[Given records Boundary: Start]

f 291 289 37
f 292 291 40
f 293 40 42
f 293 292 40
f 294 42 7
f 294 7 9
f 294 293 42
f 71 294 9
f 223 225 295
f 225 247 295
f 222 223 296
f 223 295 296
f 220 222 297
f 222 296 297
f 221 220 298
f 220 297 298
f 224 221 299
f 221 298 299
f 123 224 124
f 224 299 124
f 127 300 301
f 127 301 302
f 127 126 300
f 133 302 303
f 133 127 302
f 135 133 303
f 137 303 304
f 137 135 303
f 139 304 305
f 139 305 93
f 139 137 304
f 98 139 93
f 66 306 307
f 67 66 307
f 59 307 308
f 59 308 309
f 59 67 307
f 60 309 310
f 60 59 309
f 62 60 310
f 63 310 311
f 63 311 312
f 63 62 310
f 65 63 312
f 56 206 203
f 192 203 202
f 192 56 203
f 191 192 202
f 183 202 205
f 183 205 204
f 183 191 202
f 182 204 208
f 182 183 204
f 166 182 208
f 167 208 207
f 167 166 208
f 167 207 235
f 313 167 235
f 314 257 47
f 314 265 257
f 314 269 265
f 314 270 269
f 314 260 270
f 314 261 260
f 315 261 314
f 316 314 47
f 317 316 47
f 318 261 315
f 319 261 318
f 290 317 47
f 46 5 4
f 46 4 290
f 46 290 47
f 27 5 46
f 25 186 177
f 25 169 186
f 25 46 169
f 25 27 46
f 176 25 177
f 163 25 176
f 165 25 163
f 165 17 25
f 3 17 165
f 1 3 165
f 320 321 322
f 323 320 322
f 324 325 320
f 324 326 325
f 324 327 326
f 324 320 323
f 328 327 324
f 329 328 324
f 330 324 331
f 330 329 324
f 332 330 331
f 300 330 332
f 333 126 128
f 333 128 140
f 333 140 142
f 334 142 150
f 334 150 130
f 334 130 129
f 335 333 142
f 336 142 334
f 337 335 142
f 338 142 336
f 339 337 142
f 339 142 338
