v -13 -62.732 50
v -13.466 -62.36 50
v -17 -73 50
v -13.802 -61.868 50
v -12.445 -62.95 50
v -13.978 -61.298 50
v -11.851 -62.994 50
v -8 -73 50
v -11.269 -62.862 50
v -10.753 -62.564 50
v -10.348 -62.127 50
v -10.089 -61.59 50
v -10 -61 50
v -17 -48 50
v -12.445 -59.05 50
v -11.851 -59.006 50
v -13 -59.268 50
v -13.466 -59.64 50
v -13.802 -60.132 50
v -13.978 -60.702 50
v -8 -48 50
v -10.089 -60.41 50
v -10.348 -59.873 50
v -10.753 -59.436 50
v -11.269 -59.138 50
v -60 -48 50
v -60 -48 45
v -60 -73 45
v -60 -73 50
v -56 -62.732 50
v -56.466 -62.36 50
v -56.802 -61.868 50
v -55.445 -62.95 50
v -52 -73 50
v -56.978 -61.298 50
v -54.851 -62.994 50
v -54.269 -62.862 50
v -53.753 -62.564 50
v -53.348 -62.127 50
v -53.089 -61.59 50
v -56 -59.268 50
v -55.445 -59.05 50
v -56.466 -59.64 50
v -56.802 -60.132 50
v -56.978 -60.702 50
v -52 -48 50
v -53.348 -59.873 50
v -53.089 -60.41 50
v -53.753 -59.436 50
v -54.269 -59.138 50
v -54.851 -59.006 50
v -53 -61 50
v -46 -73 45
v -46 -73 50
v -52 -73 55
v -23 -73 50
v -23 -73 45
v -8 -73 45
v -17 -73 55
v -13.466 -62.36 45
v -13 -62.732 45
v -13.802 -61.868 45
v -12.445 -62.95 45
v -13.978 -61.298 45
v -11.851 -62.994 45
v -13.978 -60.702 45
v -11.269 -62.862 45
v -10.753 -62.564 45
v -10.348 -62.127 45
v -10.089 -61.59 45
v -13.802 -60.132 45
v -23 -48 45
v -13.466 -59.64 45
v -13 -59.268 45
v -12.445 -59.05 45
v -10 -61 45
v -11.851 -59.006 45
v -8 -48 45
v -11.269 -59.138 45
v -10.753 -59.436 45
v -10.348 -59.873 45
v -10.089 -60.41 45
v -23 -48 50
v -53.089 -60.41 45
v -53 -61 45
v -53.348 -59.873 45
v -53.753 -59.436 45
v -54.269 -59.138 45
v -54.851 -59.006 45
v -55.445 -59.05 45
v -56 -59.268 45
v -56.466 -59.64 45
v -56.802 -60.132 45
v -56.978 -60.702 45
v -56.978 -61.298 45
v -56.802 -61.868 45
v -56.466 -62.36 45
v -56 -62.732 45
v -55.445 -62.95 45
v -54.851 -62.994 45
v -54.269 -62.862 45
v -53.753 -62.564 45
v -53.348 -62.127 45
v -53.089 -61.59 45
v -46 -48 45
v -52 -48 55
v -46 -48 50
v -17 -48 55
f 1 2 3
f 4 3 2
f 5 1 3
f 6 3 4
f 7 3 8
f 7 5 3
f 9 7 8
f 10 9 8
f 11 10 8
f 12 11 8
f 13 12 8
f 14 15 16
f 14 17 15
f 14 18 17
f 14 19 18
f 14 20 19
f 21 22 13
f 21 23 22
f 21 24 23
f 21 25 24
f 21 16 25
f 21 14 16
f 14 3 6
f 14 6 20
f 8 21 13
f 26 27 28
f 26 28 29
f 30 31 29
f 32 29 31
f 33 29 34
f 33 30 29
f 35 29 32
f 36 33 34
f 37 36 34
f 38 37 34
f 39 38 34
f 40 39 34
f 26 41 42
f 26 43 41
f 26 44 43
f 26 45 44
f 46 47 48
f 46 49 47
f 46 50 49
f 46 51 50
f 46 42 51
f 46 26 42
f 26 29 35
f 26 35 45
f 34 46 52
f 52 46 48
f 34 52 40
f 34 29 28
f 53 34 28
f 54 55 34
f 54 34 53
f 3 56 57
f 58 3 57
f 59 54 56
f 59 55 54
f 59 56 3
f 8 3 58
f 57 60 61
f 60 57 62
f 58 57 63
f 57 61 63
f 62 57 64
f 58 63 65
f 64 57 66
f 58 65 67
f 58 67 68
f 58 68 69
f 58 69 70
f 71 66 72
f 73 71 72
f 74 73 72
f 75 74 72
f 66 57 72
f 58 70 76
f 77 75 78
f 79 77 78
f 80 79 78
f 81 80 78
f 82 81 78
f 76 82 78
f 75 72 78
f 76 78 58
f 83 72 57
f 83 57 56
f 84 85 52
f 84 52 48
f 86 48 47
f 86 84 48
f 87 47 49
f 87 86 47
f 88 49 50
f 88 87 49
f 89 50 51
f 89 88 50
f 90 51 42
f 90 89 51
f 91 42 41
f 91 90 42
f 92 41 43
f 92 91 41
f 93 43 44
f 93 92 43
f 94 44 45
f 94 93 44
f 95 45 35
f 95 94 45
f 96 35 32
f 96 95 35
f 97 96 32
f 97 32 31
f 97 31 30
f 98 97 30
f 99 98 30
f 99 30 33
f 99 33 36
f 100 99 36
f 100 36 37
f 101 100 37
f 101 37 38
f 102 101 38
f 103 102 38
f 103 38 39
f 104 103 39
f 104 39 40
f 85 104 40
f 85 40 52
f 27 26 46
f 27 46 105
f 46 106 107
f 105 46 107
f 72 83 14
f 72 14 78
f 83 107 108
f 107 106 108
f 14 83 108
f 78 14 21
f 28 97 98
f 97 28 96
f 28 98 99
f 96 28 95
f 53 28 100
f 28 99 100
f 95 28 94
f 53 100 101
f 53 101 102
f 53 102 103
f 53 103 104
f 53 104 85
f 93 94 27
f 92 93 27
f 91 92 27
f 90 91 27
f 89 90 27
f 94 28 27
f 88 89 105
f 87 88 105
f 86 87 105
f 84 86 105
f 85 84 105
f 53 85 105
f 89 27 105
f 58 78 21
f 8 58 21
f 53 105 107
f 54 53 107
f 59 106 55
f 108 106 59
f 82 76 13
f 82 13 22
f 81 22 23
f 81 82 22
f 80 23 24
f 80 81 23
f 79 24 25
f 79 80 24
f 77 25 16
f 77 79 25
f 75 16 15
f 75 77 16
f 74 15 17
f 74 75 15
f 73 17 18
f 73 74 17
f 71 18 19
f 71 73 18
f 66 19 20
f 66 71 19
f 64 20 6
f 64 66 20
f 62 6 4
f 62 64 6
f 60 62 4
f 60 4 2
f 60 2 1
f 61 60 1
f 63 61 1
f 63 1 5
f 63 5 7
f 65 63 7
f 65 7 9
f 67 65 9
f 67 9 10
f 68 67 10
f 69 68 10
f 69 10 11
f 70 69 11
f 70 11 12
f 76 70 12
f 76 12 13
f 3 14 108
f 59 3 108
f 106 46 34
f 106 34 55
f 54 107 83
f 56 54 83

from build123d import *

# Parameters (mm, degrees)
CYLINDER188_R          = 2
CYLINDER188_DEPTH      = 13
CYLINDER187_R          = 2
CYLINDER187_DEPTH      = 13
BOX321_W               = 23
BOX321_H               = 5
BOX321_DEPTH           = 25
BOX098_W               = 35
BOX098_H               = 5
BOX098_DEPTH           = 25
BOX097_W               = 52
BOX097_H               = 5
BOX097_DEPTH           = 25
CUT144_PLACEMENT_ANGLE = 90


with BuildPart() as cylinder188:
    # Cylinder188 → Cylinder188 (new body)
    with BuildSketch(Plane(origin=(-12, -69, -5), x_dir=(1, 0, 0), z_dir=(0, 0, 1))):
        Circle(CYLINDER188_R)
    extrude(amount=CYLINDER188_DEPTH)


with BuildPart() as cylinder187:
    # Cylinder187 → Cylinder187 (new body)
    with BuildSketch(Plane(origin=(-55, -69, -5), x_dir=(1, 0, 0), z_dir=(0, 0, 1))):
        Circle(CYLINDER187_R)
    extrude(amount=CYLINDER187_DEPTH)


with BuildPart() as box321:
    # Box321 → Box321 (new body)
    with BuildSketch(Plane(origin=(-46, -93, 16), x_dir=(1, 0, 0), z_dir=(0, 0, 1))):
        with Locations((11.5, 2.5)):
            Rectangle(BOX321_W, BOX321_H)
    extrude(amount=BOX321_DEPTH)


with BuildPart() as box098:
    # Box098 → Box098 (new body)
    with BuildSketch(Plane(origin=(-52, -88, 16), x_dir=(1, 0, 0), z_dir=(0, 0, 1))):
        with Locations((17.5, 2.5)):
            Rectangle(BOX098_W, BOX098_H)
    extrude(amount=BOX098_DEPTH)


with BuildPart() as cut148:
    # Box097 → Box097 (new body)
    with BuildSketch(Plane(origin=(-60, -93, 16), x_dir=(1, 0, 0), z_dir=(0, 0, 1))):
        with Locations((26, 2.5)):
            Rectangle(BOX097_W, BOX097_H)
    extrude(amount=BOX097_DEPTH)

    # Fusion: union Box098
    add(box098.part)

    # Cut144: cut Box321
    add(box321.part, mode=Mode.SUBTRACT)


with BuildPart() as cut148_1:
    # Cut144 placement: moved
    add(cut148.part.moved(Location((0, -40, 96))).rotate(Axis((0, -40, 96), (1, 0, 0)), CUT144_PLACEMENT_ANGLE))

    # Cut147: cut Cylinder187
    add(cylinder187.part, mode=Mode.SUBTRACT)

    # Cut148: cut Cylinder188
    add(cylinder188.part, mode=Mode.SUBTRACT)


with BuildPart() as cut148_2:
    # Cut148 placement: moved
    add(cut148_1.part.moved(Location((0, 8, 42))))


solid = cut148_2.part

[Given records Boundary: End]

Working from the material above, retype exactly the lines from the one with "f 67 66 307" through the one with "v -56.466 -59.64 50", both included, and only those lines.

* Answer area
f 67 66 307
f 59 307 308
f 59 308 309
f 59 67 307
f 60 309 310
f 60 59 309
f 62 60 310
f 63 310 311
f 63 311 312
f 63 62 310
f 65 63 312
f 56 206 203
f 192 203 202
f 192 56 203
f 191 192 202
f 183 202 205
f 183 205 204
f 183 191 202
f 182 204 208
f 182 183 204
f 166 182 208
f 167 208 207
f 167 166 208
f 167 207 235
f 313 167 235
f 314 257 47
f 314 265 257
f 314 269 265
f 314 270 269
f 314 260 270
f 314 261 260
f 315 261 314
f 316 314 47
f 317 316 47
f 318 261 315
f 319 261 318
f 290 317 47
f 46 5 4
f 46 4 290
f 46 290 47
f 27 5 46
f 25 186 177
f 25 169 186
f 25 46 169
f 25 27 46
f 176 25 177
f 163 25 176
f 165 25 163
f 165 17 25
f 3 17 165
f 1 3 165
f 320 321 322
f 323 320 322
f 324 325 320
f 324 326 325
f 324 327 326
f 324 320 323
f 328 327 324
f 329 328 324
f 330 324 331
f 330 329 324
f 332 330 331
f 300 330 332
f 333 126 128
f 333 128 140
f 333 140 142
f 334 142 150
f 334 150 130
f 334 130 129
f 335 333 142
f 336 142 334
f 337 335 142
f 338 142 336
f 339 337 142
f 339 142 338
v -13 -62.732 50
v -13.466 -62.36 50
v -17 -73 50
v -13.802 -61.868 50
v -12.445 -62.95 50
v -13.978 -61.298 50
v -11.851 -62.994 50
v -8 -73 50
v -11.269 -62.862 50
v -10.753 -62.564 50
v -10.348 -62.127 50
v -10.089 -61.59 50
v -10 -61 50
v -17 -48 50
v -12.445 -59.05 50
v -11.851 -59.006 50
v -13 -59.268 50
v -13.466 -59.64 50
v -13.802 -60.132 50
v -13.978 -60.702 50
v -8 -48 50
v -10.089 -60.41 50
v -10.348 -59.873 50
v -10.753 -59.436 50
v -11.269 -59.138 50
v -60 -48 50
v -60 -48 45
v -60 -73 45
v -60 -73 50
v -56 -62.732 50
v -56.466 -62.36 50
v -56.802 -61.868 50
v -55.445 -62.95 50
v -52 -73 50
v -56.978 -61.298 50
v -54.851 -62.994 50
v -54.269 -62.862 50
v -53.753 -62.564 50
v -53.348 -62.127 50
v -53.089 -61.59 50
v -56 -59.268 50
v -55.445 -59.05 50
v -56.466 -59.64 50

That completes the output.